» **Collected data entries**
━━━━━━
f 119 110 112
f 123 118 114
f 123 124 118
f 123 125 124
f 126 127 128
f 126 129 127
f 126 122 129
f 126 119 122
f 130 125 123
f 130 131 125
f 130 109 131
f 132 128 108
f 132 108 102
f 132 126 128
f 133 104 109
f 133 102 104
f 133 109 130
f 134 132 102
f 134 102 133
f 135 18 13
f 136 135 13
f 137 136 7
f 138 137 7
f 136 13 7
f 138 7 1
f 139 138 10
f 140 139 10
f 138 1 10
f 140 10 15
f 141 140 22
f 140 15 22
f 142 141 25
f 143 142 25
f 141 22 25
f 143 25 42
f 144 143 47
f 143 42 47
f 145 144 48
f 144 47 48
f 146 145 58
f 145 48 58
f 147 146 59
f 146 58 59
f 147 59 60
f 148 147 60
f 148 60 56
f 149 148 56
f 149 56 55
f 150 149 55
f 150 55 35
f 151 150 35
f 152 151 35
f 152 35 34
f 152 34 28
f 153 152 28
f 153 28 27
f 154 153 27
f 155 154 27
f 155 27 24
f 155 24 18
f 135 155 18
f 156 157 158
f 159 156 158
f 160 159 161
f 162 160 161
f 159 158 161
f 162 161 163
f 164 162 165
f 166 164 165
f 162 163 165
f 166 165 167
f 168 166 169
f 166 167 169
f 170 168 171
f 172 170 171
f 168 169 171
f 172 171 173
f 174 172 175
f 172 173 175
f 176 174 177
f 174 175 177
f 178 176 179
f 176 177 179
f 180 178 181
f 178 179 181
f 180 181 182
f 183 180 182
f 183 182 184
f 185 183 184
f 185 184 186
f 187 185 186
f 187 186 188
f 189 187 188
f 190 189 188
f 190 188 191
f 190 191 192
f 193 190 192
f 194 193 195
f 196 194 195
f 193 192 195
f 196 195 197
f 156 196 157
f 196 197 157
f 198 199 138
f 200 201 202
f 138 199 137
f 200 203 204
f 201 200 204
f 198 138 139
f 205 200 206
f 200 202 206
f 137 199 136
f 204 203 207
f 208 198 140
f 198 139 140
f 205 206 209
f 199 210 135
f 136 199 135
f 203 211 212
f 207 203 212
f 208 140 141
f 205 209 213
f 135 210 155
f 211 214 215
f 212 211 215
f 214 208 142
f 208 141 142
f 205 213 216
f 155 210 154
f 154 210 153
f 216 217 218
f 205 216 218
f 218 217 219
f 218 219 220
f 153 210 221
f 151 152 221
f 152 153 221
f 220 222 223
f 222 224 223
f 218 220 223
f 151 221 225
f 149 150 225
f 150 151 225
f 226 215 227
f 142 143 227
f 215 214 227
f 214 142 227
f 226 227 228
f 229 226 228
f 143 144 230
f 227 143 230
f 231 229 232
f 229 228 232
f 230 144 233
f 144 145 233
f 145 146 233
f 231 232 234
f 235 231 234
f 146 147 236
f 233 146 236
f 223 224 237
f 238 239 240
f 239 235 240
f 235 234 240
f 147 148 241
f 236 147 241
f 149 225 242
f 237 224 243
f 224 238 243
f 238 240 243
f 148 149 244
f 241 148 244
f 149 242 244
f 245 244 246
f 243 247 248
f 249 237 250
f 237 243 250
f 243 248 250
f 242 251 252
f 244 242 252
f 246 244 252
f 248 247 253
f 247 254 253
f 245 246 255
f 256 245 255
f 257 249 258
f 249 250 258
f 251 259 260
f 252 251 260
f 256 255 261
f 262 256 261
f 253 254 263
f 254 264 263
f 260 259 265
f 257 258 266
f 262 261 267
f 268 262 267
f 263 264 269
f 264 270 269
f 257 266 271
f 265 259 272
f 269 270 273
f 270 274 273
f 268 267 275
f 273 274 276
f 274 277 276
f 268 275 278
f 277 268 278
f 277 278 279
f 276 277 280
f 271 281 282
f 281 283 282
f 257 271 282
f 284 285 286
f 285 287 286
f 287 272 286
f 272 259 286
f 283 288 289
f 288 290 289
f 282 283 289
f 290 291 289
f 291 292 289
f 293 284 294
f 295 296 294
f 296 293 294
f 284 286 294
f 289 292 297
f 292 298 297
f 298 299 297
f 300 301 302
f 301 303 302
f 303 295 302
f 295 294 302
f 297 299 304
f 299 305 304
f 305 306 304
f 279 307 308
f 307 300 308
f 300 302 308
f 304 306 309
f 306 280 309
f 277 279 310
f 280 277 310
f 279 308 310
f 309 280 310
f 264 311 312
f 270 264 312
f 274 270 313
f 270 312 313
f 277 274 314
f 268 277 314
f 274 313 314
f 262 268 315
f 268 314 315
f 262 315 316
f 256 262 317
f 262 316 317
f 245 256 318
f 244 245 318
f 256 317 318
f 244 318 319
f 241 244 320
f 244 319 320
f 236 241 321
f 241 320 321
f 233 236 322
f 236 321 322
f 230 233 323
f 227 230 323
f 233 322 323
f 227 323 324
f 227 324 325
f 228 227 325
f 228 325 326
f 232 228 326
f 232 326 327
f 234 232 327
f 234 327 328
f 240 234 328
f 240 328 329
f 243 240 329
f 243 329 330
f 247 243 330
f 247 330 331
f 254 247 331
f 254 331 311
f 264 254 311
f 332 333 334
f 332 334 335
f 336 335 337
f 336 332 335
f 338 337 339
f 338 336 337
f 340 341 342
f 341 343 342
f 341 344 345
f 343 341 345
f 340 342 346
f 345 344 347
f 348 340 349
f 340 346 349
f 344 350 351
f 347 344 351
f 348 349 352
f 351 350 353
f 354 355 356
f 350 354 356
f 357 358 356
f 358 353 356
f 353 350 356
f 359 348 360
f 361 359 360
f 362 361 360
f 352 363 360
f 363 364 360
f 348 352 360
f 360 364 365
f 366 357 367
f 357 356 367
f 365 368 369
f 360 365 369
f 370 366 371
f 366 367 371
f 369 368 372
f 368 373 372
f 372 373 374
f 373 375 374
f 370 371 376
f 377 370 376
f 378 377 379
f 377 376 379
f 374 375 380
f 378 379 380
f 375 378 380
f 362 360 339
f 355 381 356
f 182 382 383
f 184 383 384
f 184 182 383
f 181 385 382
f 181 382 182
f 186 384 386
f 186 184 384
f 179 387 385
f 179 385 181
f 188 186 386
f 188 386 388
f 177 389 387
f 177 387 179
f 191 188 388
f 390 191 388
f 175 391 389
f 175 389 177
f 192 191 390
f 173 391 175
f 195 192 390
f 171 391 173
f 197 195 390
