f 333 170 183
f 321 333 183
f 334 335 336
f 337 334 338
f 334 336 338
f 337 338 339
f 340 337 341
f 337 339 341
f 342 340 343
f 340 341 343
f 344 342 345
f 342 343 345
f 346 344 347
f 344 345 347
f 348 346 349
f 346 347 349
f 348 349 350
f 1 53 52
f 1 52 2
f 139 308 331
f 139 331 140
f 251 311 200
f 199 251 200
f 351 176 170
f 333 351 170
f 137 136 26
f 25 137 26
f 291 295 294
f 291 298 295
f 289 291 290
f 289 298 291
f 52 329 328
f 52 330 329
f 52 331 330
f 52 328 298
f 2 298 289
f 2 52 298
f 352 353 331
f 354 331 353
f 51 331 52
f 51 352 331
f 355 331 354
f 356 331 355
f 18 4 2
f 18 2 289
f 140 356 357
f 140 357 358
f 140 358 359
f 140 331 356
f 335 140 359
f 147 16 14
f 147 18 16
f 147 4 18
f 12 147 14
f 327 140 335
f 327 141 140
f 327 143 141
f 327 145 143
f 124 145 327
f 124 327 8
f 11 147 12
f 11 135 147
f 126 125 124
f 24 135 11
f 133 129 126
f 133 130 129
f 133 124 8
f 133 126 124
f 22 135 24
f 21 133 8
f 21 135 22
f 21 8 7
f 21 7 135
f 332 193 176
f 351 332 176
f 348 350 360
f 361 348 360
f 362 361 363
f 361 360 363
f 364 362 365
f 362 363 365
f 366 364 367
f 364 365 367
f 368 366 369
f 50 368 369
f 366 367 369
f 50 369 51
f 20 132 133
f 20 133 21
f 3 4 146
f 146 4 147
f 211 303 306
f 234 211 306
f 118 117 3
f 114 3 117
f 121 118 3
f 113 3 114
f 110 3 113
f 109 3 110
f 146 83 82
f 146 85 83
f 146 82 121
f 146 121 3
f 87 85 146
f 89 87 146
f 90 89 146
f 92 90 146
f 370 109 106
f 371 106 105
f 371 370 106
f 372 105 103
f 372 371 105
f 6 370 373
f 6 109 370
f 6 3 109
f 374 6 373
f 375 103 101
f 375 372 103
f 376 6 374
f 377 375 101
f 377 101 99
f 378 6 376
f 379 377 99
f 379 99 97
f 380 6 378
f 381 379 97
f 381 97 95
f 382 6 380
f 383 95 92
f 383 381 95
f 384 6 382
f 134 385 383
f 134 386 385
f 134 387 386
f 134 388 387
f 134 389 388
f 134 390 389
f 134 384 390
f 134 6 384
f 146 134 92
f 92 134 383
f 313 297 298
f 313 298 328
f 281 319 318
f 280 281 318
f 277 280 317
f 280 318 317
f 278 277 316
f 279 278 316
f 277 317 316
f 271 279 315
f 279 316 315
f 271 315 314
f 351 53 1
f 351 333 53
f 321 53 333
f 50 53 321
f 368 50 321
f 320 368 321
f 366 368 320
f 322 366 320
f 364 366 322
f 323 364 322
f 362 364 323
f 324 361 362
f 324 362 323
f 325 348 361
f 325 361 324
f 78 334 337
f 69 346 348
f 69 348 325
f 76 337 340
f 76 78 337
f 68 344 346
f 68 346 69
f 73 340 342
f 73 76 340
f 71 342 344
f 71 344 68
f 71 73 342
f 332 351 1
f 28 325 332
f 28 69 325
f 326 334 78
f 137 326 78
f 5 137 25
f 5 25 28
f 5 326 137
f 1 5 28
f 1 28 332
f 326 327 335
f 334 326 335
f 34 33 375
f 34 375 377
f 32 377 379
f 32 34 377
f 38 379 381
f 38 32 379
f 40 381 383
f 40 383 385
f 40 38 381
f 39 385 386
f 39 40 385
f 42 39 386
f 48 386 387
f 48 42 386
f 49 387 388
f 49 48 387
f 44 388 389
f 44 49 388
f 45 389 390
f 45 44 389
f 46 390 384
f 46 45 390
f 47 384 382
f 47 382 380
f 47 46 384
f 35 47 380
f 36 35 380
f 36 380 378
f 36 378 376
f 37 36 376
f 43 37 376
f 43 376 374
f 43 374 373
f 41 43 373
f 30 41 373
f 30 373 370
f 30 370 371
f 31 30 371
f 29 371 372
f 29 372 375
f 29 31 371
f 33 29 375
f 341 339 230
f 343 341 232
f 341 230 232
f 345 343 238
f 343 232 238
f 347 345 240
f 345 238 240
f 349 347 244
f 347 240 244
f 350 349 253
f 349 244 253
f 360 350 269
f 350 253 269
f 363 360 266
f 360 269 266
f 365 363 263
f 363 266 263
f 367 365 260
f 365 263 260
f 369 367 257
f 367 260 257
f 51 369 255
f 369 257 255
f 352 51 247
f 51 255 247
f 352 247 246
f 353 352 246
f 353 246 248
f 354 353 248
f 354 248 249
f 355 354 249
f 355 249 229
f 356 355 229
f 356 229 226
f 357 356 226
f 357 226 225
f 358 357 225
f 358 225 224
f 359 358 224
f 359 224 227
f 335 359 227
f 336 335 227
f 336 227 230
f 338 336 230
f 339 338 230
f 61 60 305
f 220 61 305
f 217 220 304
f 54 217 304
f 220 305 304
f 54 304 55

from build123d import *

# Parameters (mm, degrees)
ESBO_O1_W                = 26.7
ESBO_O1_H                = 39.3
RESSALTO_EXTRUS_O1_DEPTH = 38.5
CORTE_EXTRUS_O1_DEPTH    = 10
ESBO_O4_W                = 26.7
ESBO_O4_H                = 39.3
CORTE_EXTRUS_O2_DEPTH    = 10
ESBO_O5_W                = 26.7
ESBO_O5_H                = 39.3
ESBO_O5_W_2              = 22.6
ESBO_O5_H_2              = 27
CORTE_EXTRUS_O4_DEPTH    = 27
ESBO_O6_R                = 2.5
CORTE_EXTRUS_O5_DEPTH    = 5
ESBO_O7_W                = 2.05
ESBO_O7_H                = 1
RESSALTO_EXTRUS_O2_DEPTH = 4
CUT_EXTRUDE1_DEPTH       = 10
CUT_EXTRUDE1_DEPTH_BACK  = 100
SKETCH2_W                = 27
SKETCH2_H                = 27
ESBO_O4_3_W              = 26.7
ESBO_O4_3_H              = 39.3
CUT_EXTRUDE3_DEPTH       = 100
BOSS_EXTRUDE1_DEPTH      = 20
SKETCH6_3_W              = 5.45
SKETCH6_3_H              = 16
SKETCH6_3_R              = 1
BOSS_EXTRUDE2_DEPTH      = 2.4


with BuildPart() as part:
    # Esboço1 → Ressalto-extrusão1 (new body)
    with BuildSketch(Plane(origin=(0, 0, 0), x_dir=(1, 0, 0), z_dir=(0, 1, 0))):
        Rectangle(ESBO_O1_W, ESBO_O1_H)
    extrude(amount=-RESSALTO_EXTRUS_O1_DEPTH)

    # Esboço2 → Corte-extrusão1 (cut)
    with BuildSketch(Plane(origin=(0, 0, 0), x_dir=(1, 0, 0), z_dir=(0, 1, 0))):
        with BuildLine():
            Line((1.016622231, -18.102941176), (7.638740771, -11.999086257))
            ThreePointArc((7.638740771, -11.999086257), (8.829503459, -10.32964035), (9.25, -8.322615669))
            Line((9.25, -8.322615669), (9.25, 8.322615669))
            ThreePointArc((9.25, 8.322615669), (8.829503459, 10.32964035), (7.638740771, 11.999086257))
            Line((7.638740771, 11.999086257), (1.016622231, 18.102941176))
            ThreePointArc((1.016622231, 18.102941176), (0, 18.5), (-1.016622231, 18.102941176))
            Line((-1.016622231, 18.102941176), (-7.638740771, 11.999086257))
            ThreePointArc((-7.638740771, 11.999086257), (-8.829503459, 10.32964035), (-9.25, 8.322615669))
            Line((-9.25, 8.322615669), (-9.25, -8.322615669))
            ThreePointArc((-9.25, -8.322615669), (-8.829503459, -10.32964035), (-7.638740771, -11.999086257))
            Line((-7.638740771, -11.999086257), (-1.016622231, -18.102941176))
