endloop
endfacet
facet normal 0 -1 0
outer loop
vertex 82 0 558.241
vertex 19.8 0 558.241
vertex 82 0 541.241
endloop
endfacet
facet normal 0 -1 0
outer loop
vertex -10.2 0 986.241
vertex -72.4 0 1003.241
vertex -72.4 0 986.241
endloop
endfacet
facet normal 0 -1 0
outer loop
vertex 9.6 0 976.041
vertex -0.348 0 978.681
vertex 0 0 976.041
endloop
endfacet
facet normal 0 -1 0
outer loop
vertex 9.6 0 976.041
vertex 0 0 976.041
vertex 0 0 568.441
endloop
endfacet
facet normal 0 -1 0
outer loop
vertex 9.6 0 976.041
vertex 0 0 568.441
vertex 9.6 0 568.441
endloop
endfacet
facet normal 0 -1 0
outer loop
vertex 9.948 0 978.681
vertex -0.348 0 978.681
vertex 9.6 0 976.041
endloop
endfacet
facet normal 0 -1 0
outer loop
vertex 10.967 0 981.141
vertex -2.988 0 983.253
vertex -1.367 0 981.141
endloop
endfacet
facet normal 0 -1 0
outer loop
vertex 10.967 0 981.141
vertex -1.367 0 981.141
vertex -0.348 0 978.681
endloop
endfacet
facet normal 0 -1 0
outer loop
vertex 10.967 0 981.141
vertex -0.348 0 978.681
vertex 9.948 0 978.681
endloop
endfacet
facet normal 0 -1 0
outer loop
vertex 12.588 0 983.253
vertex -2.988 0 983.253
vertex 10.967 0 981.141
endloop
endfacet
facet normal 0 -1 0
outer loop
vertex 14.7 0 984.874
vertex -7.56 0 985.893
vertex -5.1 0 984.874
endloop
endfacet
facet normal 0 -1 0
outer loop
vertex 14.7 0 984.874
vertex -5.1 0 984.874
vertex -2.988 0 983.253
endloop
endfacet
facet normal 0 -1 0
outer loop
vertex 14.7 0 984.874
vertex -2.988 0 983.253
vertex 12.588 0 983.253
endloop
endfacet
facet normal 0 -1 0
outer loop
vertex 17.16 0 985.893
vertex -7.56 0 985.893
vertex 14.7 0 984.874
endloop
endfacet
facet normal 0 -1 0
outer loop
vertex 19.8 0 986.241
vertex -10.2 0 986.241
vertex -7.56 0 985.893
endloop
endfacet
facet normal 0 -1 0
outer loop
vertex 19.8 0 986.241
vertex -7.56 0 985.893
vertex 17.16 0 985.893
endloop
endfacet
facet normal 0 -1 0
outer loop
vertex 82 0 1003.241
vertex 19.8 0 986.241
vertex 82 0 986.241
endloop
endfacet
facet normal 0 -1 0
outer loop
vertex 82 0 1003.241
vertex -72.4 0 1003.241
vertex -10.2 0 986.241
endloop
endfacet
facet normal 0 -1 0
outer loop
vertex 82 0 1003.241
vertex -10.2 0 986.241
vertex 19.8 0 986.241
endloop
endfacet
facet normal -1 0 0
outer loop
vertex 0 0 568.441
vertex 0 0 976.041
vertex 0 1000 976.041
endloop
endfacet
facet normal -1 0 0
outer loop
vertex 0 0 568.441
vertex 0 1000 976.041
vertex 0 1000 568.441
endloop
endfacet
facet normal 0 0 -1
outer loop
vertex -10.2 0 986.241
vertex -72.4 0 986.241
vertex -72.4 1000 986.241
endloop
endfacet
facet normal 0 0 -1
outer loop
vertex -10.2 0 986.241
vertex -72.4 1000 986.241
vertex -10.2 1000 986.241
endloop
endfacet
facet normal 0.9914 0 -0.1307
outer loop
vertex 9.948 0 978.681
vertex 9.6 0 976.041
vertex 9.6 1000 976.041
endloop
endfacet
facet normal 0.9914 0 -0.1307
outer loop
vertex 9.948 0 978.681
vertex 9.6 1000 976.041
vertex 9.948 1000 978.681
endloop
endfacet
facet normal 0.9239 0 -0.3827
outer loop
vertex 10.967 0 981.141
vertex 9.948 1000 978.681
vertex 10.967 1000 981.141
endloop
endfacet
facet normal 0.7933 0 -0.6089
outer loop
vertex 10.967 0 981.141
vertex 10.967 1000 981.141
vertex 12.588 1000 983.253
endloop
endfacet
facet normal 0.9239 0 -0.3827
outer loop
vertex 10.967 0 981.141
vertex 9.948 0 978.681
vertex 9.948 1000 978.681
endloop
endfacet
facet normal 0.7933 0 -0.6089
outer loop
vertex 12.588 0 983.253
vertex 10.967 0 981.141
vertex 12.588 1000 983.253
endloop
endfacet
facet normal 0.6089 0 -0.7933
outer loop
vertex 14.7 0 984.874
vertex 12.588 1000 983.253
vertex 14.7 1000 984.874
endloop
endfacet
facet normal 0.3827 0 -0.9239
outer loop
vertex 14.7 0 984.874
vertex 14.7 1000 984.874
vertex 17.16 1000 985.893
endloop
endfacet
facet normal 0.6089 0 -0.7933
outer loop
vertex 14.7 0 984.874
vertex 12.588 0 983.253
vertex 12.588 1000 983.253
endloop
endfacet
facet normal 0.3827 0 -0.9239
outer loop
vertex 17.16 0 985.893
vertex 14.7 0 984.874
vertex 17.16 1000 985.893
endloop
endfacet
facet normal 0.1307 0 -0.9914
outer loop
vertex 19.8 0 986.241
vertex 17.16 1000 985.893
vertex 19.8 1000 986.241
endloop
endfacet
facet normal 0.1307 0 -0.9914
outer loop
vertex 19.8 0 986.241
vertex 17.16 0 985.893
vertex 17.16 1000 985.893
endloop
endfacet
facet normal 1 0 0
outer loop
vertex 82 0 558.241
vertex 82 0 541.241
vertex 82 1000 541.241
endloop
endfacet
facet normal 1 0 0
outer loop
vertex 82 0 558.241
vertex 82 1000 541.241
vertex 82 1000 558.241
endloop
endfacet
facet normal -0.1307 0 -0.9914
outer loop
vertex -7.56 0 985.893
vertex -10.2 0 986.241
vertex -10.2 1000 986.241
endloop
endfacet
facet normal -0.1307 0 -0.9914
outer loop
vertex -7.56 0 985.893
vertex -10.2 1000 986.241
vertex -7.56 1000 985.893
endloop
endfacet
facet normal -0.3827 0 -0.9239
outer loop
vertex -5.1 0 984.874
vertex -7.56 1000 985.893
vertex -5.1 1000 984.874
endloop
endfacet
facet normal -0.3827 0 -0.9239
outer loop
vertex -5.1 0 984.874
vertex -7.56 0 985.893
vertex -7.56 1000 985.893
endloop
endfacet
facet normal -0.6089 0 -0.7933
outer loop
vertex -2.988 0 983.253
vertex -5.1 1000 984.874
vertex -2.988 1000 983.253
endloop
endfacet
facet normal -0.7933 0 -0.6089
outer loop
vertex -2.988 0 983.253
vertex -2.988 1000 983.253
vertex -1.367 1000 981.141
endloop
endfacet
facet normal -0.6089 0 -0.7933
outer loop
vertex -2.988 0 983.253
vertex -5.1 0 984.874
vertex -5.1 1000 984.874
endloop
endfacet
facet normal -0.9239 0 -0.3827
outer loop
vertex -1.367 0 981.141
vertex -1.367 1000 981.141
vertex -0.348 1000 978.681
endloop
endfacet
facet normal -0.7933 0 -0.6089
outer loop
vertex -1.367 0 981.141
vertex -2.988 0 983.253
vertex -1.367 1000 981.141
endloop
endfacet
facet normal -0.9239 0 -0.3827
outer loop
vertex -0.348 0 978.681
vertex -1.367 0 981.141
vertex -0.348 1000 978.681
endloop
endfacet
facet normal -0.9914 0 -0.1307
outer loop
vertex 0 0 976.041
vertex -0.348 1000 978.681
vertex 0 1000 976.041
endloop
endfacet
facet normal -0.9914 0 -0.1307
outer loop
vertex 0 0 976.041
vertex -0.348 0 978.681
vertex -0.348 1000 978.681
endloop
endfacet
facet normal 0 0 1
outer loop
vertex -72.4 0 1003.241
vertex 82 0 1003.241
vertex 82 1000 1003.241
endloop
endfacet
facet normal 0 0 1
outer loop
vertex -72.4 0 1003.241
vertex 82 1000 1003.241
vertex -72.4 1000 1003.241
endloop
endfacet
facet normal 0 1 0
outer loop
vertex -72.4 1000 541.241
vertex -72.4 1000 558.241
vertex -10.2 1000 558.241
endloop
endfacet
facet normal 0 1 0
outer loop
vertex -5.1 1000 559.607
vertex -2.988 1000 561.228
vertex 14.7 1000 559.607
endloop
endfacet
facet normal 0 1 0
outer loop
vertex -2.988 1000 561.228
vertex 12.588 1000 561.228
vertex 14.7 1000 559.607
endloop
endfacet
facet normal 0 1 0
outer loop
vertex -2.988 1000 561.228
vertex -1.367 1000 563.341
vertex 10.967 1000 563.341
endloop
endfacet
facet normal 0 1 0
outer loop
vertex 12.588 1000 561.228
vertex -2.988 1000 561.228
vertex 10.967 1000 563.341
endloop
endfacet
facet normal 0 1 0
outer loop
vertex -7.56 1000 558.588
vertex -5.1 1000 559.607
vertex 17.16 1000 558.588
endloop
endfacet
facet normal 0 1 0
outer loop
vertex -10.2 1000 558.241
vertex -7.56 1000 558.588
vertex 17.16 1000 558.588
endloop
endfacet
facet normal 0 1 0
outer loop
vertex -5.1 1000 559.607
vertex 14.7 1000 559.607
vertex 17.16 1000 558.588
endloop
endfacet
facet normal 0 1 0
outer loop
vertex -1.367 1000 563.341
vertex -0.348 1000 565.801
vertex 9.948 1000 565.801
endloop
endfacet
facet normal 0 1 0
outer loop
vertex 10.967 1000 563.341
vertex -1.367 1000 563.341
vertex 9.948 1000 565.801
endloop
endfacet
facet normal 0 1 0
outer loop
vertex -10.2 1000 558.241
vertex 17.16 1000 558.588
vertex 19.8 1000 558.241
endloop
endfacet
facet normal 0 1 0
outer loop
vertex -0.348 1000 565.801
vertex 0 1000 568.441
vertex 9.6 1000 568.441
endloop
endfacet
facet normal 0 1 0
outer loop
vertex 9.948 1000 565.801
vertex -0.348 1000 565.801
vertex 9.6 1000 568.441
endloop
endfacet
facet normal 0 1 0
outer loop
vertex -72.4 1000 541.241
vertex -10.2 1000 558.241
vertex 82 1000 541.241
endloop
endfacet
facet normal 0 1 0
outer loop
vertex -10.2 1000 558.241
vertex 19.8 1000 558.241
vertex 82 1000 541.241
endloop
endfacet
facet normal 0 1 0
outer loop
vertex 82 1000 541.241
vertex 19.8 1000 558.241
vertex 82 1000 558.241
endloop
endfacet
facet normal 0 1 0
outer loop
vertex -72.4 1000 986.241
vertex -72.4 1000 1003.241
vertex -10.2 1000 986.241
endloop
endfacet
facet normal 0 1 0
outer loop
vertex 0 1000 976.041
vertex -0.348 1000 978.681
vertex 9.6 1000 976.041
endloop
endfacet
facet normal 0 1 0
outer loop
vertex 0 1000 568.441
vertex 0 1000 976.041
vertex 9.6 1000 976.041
━━━━━━
» **Task statement**
In restating the data, begin at its first line, reproduce each line word for word, and conclude with the line that contains "f 135 18 13".

» **Answer section**
f 119 110 112
f 123 118 114
f 123 124 118
f 123 125 124
f 126 127 128
f 126 129 127
f 126 122 129
f 126 119 122
f 130 125 123
f 130 131 125
f 130 109 131
f 132 128 108
f 132 108 102
f 132 126 128
f 133 104 109
f 133 102 104
f 133 109 130
f 134 132 102
f 134 102 133
f 135 18 13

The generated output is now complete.